Available records

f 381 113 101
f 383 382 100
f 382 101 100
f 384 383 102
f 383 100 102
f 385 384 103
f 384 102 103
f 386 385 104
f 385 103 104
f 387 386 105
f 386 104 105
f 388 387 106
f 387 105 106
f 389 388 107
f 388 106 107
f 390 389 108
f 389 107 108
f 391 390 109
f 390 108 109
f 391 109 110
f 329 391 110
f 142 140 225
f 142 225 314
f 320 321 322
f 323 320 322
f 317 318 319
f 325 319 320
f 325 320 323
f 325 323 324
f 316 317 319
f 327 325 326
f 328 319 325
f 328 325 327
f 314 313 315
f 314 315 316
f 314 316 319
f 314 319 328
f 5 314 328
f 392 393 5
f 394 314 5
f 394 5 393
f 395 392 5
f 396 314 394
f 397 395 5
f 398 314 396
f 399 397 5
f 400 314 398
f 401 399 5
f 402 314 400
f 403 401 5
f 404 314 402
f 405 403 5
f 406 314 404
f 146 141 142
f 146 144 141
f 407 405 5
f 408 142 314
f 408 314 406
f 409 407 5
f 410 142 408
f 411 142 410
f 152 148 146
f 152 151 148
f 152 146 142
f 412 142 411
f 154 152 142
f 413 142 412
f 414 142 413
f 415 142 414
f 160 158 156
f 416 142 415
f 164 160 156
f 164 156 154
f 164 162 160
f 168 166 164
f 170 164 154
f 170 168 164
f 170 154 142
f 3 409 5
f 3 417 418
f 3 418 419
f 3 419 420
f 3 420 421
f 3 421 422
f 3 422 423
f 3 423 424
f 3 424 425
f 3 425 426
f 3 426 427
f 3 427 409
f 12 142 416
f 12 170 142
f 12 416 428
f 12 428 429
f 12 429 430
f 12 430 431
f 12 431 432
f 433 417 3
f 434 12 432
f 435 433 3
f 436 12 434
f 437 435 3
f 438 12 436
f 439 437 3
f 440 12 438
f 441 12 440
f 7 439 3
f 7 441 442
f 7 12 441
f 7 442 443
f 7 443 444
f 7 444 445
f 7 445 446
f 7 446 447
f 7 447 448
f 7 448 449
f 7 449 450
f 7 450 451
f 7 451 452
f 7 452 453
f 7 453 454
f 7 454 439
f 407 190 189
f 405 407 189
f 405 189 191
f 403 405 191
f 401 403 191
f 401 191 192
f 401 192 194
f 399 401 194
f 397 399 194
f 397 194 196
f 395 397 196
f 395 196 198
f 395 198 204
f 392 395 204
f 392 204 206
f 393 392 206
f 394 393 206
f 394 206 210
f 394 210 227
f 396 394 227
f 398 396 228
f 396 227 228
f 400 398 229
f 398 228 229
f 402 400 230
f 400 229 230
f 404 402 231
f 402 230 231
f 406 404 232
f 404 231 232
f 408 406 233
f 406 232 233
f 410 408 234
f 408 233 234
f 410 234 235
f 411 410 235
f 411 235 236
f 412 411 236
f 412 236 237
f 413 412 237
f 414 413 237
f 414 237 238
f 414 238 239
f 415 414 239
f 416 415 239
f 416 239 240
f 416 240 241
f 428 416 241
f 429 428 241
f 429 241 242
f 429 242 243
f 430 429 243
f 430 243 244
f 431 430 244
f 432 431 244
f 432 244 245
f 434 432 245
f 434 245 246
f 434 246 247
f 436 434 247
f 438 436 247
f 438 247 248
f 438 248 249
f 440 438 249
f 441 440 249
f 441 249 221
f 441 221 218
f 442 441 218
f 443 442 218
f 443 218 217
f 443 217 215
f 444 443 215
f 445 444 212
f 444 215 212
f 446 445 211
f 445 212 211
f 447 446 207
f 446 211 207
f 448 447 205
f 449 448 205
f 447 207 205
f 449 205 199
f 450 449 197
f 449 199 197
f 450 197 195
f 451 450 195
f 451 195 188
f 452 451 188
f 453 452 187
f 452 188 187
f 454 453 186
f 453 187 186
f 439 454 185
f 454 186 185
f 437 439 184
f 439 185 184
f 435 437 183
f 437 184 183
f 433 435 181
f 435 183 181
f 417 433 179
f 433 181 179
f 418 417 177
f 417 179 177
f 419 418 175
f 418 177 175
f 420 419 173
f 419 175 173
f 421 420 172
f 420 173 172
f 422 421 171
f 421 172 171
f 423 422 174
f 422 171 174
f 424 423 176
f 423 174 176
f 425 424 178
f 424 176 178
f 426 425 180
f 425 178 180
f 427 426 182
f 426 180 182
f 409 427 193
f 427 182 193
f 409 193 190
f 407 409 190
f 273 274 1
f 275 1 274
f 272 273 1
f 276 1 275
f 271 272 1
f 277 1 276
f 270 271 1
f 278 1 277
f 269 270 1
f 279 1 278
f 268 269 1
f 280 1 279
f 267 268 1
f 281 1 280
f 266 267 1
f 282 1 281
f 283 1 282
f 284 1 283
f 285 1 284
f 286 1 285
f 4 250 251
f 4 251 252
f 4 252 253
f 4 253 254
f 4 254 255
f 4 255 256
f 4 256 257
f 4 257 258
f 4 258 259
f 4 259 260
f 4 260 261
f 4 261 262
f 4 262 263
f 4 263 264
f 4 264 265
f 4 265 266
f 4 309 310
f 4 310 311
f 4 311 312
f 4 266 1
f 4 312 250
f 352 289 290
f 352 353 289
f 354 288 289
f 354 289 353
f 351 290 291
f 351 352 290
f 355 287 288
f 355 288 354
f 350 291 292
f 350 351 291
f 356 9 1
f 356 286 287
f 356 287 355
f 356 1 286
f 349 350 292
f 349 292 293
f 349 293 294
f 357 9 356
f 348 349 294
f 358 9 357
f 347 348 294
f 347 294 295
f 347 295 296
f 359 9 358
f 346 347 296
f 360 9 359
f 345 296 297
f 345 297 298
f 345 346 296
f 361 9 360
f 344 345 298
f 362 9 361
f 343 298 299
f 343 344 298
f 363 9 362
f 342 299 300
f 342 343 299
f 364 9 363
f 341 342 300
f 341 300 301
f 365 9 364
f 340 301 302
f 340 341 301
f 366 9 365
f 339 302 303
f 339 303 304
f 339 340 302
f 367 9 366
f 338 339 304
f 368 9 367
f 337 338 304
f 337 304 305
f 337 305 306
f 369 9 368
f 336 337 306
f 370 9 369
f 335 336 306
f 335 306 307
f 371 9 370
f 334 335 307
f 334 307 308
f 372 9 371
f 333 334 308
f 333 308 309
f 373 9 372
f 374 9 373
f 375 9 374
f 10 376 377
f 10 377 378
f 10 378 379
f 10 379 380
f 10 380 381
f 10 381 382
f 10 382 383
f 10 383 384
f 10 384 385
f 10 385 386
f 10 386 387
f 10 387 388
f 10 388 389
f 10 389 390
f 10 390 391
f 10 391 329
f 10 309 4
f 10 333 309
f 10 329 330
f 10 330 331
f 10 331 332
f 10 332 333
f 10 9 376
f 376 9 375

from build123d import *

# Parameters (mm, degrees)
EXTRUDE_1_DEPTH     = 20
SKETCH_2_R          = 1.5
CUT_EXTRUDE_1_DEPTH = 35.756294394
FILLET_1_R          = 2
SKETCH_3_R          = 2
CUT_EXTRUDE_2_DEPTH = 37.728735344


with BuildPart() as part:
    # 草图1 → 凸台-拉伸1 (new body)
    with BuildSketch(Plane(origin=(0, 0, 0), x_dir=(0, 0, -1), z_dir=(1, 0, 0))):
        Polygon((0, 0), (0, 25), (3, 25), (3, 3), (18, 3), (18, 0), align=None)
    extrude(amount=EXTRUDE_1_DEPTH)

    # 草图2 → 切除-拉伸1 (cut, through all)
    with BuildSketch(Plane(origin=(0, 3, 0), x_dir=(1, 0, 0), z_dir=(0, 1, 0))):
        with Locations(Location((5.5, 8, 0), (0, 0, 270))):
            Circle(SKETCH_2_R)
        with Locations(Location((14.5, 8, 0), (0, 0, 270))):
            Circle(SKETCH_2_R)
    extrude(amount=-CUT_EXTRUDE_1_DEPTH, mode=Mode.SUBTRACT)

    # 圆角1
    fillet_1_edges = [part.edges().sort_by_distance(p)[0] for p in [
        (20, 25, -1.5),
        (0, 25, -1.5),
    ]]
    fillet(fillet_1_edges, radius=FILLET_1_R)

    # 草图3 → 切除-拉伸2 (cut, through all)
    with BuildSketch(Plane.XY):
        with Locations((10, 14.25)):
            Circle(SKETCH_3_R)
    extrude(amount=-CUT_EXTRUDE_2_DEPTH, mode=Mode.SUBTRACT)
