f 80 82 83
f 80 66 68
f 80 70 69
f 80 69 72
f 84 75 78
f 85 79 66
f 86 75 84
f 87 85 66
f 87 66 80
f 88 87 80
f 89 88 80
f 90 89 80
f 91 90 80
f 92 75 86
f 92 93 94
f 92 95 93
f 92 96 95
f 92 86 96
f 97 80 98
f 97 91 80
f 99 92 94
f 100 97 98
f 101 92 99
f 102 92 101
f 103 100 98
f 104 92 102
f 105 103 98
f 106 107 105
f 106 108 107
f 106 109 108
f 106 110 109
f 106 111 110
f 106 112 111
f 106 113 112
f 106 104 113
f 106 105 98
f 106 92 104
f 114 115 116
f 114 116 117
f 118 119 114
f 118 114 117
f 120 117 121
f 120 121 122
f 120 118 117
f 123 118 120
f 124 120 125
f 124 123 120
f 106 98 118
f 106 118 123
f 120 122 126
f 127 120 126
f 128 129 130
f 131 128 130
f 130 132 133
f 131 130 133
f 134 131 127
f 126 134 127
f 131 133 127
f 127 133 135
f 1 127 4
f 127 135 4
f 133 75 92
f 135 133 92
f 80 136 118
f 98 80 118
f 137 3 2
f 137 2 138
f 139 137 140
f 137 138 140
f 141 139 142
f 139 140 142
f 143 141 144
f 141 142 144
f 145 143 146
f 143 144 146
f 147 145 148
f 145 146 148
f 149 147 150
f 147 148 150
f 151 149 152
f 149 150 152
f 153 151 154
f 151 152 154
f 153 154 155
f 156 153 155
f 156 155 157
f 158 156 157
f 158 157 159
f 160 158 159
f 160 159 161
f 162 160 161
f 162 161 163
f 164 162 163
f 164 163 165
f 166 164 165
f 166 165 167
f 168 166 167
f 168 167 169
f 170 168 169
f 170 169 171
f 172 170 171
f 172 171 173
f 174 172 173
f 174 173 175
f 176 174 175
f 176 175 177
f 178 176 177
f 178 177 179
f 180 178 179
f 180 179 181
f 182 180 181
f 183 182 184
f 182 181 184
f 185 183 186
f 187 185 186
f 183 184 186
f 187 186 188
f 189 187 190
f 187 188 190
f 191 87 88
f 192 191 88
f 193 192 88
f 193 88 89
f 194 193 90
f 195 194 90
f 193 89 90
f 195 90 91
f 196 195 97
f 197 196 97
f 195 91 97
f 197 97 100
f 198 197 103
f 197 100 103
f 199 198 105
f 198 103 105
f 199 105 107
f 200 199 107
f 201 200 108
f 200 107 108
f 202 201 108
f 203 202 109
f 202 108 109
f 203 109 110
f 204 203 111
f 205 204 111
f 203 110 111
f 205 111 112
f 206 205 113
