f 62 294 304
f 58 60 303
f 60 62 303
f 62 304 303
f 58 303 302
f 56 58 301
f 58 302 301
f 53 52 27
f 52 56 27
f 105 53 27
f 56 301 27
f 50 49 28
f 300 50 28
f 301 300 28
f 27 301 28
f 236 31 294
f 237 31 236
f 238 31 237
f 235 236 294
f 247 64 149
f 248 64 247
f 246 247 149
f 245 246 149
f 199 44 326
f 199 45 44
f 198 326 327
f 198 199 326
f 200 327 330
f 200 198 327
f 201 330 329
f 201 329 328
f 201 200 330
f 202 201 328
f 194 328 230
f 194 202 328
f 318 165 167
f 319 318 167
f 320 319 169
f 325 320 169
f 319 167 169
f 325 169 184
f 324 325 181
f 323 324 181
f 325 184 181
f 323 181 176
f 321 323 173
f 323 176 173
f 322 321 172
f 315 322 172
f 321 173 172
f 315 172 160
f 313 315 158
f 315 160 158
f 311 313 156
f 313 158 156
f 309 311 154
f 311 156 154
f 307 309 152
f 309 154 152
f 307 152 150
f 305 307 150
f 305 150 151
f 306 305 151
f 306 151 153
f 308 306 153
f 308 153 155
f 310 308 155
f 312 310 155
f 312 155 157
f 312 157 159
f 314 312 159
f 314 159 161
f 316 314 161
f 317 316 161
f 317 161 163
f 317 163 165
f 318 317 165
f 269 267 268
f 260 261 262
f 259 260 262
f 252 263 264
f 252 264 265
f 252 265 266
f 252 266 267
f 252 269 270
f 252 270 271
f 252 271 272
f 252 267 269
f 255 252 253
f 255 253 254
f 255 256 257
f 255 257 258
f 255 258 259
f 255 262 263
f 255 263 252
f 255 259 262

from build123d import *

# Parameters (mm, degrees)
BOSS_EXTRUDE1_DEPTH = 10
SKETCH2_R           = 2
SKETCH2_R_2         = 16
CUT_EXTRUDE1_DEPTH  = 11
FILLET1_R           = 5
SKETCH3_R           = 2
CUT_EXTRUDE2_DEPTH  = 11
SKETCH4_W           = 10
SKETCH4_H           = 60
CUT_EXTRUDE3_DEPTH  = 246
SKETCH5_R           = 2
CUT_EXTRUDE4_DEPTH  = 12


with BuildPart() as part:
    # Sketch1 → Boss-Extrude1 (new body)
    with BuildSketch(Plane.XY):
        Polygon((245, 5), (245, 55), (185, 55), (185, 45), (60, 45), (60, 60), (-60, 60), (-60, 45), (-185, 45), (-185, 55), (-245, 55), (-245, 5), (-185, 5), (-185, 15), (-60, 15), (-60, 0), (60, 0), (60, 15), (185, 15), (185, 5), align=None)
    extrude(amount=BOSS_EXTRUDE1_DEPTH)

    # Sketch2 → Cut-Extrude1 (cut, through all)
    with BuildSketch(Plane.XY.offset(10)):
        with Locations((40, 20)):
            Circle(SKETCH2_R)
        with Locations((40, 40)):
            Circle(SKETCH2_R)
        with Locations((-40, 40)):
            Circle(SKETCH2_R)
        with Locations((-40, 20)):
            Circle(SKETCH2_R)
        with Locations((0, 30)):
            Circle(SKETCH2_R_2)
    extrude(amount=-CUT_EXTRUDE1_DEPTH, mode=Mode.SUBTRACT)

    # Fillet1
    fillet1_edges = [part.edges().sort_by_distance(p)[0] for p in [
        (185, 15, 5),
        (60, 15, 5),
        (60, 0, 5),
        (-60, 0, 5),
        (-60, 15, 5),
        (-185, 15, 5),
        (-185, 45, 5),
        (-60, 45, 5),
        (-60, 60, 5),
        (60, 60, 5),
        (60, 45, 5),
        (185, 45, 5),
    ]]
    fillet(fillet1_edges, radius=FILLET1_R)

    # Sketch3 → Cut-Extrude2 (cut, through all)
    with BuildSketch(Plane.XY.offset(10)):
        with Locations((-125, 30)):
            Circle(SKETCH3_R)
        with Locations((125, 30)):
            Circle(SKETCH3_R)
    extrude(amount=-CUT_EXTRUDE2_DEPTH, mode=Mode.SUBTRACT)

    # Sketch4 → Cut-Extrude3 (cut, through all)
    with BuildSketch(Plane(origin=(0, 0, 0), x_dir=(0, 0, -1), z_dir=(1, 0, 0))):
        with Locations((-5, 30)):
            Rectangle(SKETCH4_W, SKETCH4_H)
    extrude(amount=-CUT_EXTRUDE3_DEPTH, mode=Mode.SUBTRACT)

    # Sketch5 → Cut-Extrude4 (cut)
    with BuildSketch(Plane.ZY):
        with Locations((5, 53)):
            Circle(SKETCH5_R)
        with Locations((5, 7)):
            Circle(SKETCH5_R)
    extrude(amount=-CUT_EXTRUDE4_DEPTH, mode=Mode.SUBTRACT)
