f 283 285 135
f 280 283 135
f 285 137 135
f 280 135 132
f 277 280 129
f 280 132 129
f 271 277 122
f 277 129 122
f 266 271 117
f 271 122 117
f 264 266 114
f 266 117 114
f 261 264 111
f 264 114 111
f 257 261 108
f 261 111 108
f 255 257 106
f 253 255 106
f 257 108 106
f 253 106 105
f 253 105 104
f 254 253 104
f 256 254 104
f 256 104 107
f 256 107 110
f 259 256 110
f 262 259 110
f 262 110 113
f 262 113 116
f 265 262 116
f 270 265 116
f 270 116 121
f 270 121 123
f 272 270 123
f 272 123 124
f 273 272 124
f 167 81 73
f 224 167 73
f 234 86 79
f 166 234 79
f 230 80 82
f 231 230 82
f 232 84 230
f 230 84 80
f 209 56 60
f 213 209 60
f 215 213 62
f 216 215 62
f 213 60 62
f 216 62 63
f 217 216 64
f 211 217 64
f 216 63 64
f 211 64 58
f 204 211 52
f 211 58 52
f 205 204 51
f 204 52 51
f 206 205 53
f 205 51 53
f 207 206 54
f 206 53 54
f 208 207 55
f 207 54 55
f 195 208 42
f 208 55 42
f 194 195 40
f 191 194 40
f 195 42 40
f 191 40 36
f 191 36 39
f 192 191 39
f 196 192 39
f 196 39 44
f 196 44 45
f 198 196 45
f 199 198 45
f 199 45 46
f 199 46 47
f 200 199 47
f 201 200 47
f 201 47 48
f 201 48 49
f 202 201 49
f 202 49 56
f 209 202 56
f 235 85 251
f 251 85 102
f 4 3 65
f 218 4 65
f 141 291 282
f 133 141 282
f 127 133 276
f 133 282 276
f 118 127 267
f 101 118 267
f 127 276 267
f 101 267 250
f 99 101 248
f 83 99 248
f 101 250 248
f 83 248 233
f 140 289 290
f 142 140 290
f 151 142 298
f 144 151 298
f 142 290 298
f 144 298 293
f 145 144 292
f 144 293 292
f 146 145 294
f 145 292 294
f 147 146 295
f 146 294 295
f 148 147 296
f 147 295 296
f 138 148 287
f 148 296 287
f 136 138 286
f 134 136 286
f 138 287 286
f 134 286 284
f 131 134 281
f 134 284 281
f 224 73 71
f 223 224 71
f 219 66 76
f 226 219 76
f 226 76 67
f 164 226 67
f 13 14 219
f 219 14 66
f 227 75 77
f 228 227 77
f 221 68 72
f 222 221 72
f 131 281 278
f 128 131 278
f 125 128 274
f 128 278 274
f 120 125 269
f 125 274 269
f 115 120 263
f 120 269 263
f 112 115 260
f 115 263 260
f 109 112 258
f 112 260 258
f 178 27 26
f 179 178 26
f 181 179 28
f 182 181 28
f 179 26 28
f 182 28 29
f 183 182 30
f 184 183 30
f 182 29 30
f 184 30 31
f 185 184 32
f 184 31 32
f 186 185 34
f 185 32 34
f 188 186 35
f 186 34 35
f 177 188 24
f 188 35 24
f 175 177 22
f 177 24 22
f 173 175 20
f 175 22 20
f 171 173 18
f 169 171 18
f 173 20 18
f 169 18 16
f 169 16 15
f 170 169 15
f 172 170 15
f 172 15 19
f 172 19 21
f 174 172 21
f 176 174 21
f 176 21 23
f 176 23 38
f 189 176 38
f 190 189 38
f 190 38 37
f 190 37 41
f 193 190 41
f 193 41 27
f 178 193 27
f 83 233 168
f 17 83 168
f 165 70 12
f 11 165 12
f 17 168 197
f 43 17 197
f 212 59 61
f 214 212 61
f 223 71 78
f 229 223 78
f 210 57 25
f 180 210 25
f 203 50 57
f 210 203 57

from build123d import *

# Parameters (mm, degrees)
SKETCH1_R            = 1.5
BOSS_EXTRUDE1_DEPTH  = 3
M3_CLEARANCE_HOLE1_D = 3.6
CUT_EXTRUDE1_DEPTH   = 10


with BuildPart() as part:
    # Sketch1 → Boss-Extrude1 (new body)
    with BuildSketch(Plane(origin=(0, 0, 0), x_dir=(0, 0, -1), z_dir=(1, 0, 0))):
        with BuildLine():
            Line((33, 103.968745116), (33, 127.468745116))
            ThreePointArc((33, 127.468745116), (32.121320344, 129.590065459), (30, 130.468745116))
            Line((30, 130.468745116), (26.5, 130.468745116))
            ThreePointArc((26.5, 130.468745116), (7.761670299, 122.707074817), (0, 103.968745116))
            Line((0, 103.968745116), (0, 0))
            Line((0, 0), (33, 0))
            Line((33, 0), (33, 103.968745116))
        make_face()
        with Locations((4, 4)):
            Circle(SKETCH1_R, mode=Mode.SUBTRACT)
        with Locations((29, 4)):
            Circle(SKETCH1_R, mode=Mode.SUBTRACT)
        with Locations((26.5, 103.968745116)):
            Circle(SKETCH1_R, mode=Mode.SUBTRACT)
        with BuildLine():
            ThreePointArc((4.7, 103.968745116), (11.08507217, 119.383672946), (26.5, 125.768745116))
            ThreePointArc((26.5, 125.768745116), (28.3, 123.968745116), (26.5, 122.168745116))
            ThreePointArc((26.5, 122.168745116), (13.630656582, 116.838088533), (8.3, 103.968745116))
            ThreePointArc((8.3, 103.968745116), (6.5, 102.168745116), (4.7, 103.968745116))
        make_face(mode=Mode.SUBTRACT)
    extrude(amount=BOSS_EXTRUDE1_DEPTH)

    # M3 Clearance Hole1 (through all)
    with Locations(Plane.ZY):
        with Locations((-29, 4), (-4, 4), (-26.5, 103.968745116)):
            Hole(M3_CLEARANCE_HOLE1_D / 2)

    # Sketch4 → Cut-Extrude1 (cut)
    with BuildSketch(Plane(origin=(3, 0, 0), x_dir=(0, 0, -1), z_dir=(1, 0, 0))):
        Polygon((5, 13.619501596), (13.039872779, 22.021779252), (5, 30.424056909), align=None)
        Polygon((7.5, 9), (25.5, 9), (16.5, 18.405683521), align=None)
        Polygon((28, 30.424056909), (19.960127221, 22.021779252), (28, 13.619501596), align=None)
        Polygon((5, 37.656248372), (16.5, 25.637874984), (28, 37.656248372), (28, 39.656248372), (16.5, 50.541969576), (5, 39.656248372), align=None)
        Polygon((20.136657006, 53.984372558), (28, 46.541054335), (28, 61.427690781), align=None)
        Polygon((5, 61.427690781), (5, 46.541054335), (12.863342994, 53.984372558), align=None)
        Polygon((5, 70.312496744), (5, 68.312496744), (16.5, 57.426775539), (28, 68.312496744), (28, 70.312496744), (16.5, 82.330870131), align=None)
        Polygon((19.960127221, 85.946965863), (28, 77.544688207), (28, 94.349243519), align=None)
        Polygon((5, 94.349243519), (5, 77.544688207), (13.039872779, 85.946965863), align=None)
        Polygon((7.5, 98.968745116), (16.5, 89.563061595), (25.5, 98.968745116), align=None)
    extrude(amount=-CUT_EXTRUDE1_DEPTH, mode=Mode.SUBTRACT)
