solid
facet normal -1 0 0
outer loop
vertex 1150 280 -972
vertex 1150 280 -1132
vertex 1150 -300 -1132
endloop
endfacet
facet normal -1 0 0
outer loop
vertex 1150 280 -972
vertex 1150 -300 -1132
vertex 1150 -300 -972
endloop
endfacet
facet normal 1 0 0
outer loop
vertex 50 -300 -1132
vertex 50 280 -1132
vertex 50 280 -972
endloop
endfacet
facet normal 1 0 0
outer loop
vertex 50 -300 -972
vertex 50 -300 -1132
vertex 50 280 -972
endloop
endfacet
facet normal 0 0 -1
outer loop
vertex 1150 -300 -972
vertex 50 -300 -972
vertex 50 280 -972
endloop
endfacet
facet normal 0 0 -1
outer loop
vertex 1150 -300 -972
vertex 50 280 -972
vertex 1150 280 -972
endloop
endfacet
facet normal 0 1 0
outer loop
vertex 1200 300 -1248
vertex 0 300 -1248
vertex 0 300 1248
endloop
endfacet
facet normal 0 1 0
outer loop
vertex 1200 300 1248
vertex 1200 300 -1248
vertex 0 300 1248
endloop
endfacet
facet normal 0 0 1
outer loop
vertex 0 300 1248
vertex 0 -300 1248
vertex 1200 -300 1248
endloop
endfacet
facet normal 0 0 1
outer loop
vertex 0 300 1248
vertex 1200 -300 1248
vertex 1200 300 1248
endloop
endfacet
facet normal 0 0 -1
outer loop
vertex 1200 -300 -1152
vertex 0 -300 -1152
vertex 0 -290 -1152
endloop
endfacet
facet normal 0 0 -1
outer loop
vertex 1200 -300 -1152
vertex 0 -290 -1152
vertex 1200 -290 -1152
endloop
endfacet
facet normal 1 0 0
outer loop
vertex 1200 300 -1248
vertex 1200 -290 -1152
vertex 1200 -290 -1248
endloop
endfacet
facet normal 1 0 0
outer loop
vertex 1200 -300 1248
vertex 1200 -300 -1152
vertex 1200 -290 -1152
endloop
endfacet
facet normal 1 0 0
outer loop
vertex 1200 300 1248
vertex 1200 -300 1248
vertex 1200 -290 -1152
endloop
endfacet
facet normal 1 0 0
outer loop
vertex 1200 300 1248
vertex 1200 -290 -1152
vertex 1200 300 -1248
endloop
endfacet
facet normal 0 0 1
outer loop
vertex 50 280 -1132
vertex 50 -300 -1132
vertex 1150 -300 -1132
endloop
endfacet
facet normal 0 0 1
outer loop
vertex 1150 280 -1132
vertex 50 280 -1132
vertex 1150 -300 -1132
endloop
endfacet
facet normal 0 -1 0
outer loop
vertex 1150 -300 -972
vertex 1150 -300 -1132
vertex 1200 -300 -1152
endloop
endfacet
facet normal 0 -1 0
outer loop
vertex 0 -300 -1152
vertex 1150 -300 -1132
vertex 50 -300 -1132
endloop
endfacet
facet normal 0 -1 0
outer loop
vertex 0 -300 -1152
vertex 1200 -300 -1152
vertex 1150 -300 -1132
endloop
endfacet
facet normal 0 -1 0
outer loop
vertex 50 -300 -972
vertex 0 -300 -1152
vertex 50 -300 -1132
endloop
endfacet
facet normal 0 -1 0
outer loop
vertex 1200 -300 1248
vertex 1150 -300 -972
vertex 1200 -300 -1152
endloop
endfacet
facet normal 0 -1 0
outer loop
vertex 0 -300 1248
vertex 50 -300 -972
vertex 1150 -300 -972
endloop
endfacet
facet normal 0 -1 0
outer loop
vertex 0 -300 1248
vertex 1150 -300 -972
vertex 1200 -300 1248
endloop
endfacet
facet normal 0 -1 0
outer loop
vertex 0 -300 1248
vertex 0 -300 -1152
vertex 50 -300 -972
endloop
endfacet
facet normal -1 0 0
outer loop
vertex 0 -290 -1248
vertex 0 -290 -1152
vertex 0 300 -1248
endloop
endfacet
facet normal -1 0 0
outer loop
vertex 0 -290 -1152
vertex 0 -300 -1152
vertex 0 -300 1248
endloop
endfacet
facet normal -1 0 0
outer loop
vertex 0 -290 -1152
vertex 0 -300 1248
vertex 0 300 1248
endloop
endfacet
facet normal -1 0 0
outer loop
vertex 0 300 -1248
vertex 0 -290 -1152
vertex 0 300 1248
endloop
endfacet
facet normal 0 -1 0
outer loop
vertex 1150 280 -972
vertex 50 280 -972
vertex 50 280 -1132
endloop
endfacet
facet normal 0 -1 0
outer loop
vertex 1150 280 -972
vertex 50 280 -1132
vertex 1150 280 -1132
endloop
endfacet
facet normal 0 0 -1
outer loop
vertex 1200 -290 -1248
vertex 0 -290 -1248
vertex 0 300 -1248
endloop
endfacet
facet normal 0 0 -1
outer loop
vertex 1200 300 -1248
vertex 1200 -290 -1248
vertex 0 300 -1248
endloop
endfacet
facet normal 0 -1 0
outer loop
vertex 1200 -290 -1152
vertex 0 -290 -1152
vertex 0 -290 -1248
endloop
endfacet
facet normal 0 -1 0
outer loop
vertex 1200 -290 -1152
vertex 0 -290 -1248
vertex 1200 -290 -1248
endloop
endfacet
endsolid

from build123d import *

# Parameters (mm, degrees)
F0_W     = 600
F0_H     = 2496
F1_DEPTH = 1200
F2_W     = 1200
F2_H     = 96
F3_DEPTH = 10
F4_W     = 1100
F4_H     = 160
F5_DEPTH = 580


with BuildPart() as f1:
    # F0 (on Right) → F1 (new body)
    with BuildSketch(Plane.YZ):
        Rectangle(F0_W, F0_H)
    extrude(amount=F1_DEPTH)

    # F2 (on face) → F3 (cut)
    with BuildSketch(Plane.XZ.offset(300)):
        with Locations((600, -1200)):
            Rectangle(F2_W, F2_H)
    extrude(amount=-F3_DEPTH, mode=Mode.SUBTRACT)

    # F4 (on face) → F5 (cut)
    with BuildSketch(Plane.XZ.offset(300)):
        with Locations((600, -1052)):
            Rectangle(F4_W, F4_H)
    extrude(amount=-F5_DEPTH, mode=Mode.SUBTRACT)


solid = f1.part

Requirement
In the entries above, please find the line with "f 390 389 108" and the line with "f 412 142 411", then write out exactly those two lines and every line between them, and nothing more.

Solution for this problem
f 390 389 108
f 389 107 108
f 391 390 109
f 390 108 109
f 391 109 110
f 329 391 110
f 142 140 225
f 142 225 314
f 320 321 322
f 323 320 322
f 317 318 319
f 325 319 320
f 325 320 323
f 325 323 324
f 316 317 319
f 327 325 326
f 328 319 325
f 328 325 327
f 314 313 315
f 314 315 316
f 314 316 319
f 314 319 328
f 5 314 328
f 392 393 5
f 394 314 5
f 394 5 393
f 395 392 5
f 396 314 394
f 397 395 5
f 398 314 396
f 399 397 5
f 400 314 398
f 401 399 5
f 402 314 400
f 403 401 5
f 404 314 402
f 405 403 5
f 406 314 404
f 146 141 142
f 146 144 141
f 407 405 5
f 408 142 314
f 408 314 406
f 409 407 5
f 410 142 408
f 411 142 410
f 152 148 146
f 152 151 148
f 152 146 142
f 412 142 411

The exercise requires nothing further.